We will use the following environment:
Servers: Shard1 - 10.10.10.137, Shard2 - 10.10.10.138
Database User: admindb
Table: customers
To enable the FDW extension, you just need to run the following command in your main server, in this case, Shard1:
postgres=# CREATE EXTENSION postgres_fdw;
CREATE EXTENSION
Now let’s create the table customers partitioned by registered date:
postgres=# CREATE TABLE customers (
id INT NOT NULL,
name VARCHAR(30) NOT NULL,
registered DATE NOT NULL
)
PARTITION BY RANGE (registered);
And the following partitions:
postgres=# CREATE TABLE customers_2021
PARTITION OF customers
FOR VALUES FROM ('2021-01-01') TO ('2022-01-01');
postgres=# CREATE TABLE customers_2020
PARTITION OF customers
FOR VALUES FROM ('2020-01-01') TO ('2021-01-01');
These Partitions are locals. Now let’s insert some test values and check them:
postgres=# INSERT INTO customers (id, name, registered) VALUES (1, 'James', '2020-05-01');
postgres=# INSERT INTO customers (id, name, registered) VALUES (2, 'Mary', '2021-03-01');
Here you can query the main partition to see all the data:
postgres=# SELECT * FROM customers;
id | name | registered
----+-------+------------
1 | James | 2020-05-01
2 | Mary | 2021-03-01
(2 rows)
Or even query the corresponding partition:
postgres=# SELECT * FROM customers_2021;
id | name | registered
----+------+------------
2 | Mary | 2021-03-01
(1 row)
postgres=# SELECT * FROM customers_2020;
id | name | registered
----+-------+------------
1 | James | 2020-05-01
(1 row)
As you can see, data was inserted in different partitions, according to the registered date.
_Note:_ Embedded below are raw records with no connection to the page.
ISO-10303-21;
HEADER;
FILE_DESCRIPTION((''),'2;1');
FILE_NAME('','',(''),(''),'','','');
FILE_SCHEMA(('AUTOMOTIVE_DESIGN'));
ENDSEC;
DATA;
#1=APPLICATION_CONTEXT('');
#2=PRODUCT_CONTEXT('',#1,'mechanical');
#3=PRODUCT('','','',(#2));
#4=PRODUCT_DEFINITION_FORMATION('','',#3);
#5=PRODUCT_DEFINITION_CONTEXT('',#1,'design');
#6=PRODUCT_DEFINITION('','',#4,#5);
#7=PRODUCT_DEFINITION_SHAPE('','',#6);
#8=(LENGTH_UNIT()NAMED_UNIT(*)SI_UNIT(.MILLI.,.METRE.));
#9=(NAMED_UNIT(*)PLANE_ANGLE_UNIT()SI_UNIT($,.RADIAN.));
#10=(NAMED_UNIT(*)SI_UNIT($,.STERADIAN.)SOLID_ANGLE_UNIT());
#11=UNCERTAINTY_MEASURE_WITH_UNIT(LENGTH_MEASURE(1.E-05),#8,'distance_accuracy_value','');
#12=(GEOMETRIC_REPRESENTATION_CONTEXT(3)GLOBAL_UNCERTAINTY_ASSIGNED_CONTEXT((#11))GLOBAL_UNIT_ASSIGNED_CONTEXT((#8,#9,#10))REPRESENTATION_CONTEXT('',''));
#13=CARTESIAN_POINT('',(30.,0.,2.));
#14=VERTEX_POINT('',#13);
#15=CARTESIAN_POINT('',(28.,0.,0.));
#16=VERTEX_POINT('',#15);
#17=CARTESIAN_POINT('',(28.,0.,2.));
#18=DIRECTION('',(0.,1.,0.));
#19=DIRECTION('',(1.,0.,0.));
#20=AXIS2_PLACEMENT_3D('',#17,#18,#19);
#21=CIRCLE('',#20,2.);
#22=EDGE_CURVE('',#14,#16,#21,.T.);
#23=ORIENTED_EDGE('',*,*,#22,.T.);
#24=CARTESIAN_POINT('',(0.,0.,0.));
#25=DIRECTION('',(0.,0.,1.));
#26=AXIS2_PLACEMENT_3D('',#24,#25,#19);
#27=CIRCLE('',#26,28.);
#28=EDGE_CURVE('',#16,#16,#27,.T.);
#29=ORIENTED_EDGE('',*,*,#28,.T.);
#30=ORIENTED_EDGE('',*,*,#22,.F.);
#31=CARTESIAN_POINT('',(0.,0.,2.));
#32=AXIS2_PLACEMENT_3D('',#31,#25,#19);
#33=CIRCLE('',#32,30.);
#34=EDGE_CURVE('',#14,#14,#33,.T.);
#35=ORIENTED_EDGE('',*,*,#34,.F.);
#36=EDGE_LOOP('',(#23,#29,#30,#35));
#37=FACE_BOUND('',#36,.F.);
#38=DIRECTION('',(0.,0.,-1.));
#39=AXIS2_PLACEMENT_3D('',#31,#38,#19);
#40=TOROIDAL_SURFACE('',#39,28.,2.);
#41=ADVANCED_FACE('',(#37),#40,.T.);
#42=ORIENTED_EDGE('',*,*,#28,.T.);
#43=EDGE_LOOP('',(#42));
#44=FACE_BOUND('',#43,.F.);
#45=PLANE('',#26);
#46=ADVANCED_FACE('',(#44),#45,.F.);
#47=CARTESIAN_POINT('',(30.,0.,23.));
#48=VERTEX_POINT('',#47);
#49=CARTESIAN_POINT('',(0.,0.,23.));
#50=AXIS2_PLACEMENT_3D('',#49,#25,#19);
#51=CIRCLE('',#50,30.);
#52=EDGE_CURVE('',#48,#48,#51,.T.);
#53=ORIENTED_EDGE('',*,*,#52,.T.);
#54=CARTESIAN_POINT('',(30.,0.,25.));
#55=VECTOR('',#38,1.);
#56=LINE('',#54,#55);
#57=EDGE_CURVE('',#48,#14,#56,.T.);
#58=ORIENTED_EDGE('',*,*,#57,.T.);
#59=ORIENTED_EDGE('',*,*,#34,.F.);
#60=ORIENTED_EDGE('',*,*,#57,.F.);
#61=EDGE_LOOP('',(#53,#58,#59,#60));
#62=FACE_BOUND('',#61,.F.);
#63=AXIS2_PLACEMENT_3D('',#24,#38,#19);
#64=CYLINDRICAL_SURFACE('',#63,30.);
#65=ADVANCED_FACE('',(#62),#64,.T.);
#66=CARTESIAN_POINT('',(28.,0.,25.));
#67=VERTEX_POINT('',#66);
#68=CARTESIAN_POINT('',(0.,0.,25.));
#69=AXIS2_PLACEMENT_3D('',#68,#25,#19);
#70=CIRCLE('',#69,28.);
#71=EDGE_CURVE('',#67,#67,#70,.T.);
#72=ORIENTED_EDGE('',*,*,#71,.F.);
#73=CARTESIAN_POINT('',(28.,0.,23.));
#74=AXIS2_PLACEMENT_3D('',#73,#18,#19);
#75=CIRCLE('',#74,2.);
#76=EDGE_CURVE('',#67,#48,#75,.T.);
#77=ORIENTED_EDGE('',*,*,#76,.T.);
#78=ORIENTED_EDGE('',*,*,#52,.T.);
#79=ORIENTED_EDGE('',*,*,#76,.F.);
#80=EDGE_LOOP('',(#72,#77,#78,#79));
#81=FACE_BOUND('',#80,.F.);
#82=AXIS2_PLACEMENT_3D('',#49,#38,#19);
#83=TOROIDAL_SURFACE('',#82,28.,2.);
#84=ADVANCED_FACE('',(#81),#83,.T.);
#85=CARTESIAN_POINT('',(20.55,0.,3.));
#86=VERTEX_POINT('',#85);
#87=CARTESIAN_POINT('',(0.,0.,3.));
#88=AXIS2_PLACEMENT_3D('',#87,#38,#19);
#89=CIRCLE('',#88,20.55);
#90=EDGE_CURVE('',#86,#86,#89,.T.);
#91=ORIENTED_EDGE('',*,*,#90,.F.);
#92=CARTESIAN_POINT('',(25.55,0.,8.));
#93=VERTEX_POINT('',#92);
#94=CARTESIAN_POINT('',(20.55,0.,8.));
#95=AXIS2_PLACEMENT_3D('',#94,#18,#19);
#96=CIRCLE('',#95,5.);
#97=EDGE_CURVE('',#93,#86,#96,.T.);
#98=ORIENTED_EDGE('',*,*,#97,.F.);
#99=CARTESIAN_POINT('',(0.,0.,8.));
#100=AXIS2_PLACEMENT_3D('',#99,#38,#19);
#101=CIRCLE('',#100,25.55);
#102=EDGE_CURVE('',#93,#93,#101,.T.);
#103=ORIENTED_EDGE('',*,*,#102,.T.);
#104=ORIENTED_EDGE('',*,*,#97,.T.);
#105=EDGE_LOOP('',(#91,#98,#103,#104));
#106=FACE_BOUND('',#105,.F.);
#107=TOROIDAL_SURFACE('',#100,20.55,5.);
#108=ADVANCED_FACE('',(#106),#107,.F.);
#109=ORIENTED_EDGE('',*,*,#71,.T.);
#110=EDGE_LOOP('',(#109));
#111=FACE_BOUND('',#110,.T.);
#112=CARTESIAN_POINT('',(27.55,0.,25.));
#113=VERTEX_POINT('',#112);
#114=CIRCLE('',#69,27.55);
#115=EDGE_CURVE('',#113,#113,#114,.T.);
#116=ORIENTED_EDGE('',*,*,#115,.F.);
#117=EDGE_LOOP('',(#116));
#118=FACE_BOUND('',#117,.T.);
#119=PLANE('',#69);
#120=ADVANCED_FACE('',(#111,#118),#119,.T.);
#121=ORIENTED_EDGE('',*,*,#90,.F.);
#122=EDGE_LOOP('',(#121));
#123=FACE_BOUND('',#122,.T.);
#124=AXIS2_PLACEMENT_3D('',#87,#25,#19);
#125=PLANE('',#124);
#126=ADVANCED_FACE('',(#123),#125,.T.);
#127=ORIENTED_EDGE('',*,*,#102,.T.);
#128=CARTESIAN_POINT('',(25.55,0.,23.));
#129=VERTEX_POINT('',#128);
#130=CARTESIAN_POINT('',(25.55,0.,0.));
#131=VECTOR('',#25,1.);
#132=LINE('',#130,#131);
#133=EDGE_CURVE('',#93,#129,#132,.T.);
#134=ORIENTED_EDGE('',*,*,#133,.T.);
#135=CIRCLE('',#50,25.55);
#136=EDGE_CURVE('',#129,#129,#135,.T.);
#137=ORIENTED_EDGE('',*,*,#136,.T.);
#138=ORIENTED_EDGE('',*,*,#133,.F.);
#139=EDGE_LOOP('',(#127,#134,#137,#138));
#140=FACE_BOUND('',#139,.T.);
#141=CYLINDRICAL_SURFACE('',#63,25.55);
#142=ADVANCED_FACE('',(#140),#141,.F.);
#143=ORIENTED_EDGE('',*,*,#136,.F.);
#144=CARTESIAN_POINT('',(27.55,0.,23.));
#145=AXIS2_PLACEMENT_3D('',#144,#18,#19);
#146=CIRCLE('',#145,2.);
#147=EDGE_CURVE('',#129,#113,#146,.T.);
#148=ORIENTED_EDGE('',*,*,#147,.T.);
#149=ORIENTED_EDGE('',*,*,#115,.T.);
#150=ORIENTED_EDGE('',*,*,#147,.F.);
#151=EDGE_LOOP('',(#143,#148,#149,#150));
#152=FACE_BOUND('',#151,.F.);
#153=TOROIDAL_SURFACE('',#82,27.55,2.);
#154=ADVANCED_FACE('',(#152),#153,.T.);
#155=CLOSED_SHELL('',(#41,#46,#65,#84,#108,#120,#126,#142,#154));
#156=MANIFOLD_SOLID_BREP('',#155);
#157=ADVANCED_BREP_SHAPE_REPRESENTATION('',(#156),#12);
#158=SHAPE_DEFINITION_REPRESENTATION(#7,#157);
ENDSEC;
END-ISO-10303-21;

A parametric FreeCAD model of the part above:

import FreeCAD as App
import Part
import Sketcher
from FreeCAD import Vector
Q = App.Units.Quantity


def edges_at(feature, points):
    """Names of the edges that pass closest to the given points."""
    edges = feature.Shape.Edges
    near = lambda p: min(range(len(edges)), key=lambda i: edges[i].distToShape(Part.Vertex(*p))[0])
    return sorted({f"Edge{near(p) + 1}" for p in points})

doc = App.newDocument("Part")
body = doc.addObject("PartDesign::Body", "Body")

sketch1 = body.newObject("Sketcher::SketchObject", "Sketch")
sketch1.AttachmentSupport = (doc.getObject("XY_Plane"), [""])
sketch1.MapMode = "FlatFace"
sketch1.addGeometry(Part.Circle(Vector(0, 0, 0), Vector(0, 0, 1), 30), False)
sketch1.addConstraint([
    Sketcher.Constraint("Coincident", 0, 3, -1, 1),
    Sketcher.Constraint("Diameter", 0, Q("60 mm")),
])
pad1 = body.newObject("PartDesign::Pad", "Pad")
pad1.Profile = sketch1
pad1.Length = 3

sketch2 = body.newObject("Sketcher::SketchObject", "Sketch001")
sketch2.AttachmentSupport = (doc.getObject("XY_Plane"), [""])
sketch2.MapMode = "FlatFace"
sketch2.addGeometry([
    Part.Circle(Vector(0, 0, 0), Vector(0, 0, 1), 30),
    Part.Circle(Vector(0, 0, 0), Vector(0, 0, 1), 25.55),
], False)
sketch2.addConstraint([
    Sketcher.Constraint("Coincident", 0, 3, -1, 1),
    Sketcher.Constraint("Coincident", 1, 3, -1, 1),
    Sketcher.Constraint("Diameter", 0, Q("60 mm")),
    Sketcher.Constraint("Diameter", 1, Q("51.1 mm")),
])
pad2 = body.newObject("PartDesign::Pad", "Pad001")
pad2.Profile = sketch2
pad2.Length = 25
doc.recompute()

fillet = body.newObject("PartDesign::Fillet", "Fillet")
fillet.Base = (pad2, edges_at(pad2, [(-25.55, 0, 3)]))
fillet.Radius = 5
doc.recompute()

fillet2 = body.newObject("PartDesign::Fillet", "Fillet001")
fillet2.Base = (fillet, edges_at(fillet, [(-25.55, 0, 25), (-30, 0, 25)]))
fillet2.Radius = 2

sketch3 = body.newObject("Sketcher::SketchObject", "Sketch002")
sketch3.AttachmentSupport = (doc.getObject("XY_Plane"), [""])
sketch3.MapMode = "FlatFace"
sketch3.addGeometry([
    Part.Circle(Vector(0, 0, 0), Vector(0, 0, 1), 40),
    Part.Circle(Vector(0, 0, 0), Vector(0, 0, 1), 30.5),
], False)
sketch3.addConstraint([
    Sketcher.Constraint("Coincident", 0, 3, -1, 1),
    Sketcher.Constraint("Coincident", 1, 3, -1, 1),
    Sketcher.Constraint("Diameter", 0, Q("80 mm")),
    Sketcher.Constraint("Diameter", 1, Q("61 mm")),
])
pocket1 = body.newObject("PartDesign::Pocket", "Pocket")
pocket1.Profile = sketch3
pocket1.Length = 27.3
pocket1.Reversed = True
doc.recompute()

fillet3 = body.newObject("PartDesign::Fillet", "Fillet002")
fillet3.Base = (pocket1, edges_at(pocket1, [(-30, 0, 0)]))
fillet3.Radius = 2

doc.recompute()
Now, in the remote node, in this case Shard2, let’s create another table:
postgres=# CREATE TABLE customers_2019 (
id INT NOT NULL,
name VARCHAR(30) NOT NULL,
registered DATE NOT NULL);
You need to create this Shard2 server in Shard1 in this way:
postgres=# CREATE SERVER shard2 FOREIGN DATA WRAPPER postgres_fdw OPTIONS (host '10.10.10.138', dbname 'postgres');
And the user to access it:
postgres=# CREATE USER MAPPING FOR admindb SERVER shard2 OPTIONS (user 'admindb', password 'Passw0rd');
Now, create the FOREIGN TABLE in Shard1:
postgres=# CREATE FOREIGN TABLE customers_2019
PARTITION OF customers
FOR VALUES FROM ('2019-01-01') TO ('2020-01-01')
SERVER shard2;
And let’s insert data in this new remote table from Shard1:
postgres=# INSERT INTO customers (id, name, registered) VALUES (3, 'Robert', '2019-07-01');
INSERT 0 1
postgres=# INSERT INTO customers (id, name, registered) VALUES (4, 'Jennifer', '2019-11-01');
INSERT 0 1
If everything went fine, you should be able to access the data from both Shard1 and Shard2:
Shard1:
postgres=# SELECT * FROM customers;
id | name | registered
----+----------+------------
3 | Robert | 2019-07-01
4 | Jennifer | 2019-11-01
1 | James | 2020-05-01
2 | Mary | 2021-03-01
(4 rows)
postgres=# SELECT * FROM customers_2019;
id | name | registered
----+----------+------------
3 | Robert | 2019-07-01
4 | Jennifer | 2019-11-01
(2 rows)
Shard2:
postgres=# SELECT * FROM customers_2019;
id | name | registered
----+----------+------------
3 | Robert | 2019-07-01
4 | Jennifer | 2019-11-01
(2 rows)
That’s it. Now you are using Sharding in your PostgreSQL Cluster.
Conclusion
Partitioning and Sharding in PostgreSQL are good features. It helps you in case you need to separate data in a big table to improve performance, or even to purge data in an easy way, among other situations. An important point when you are using Sharding is to choose a good shard key that distributes the data between the nodes in the best way. Also, you can use ClusterControl to simplify the PostgreSQL deployment and to take advantage of some features like monitoring, alerting, automatic failover, backup, point-in-time recovery, and more.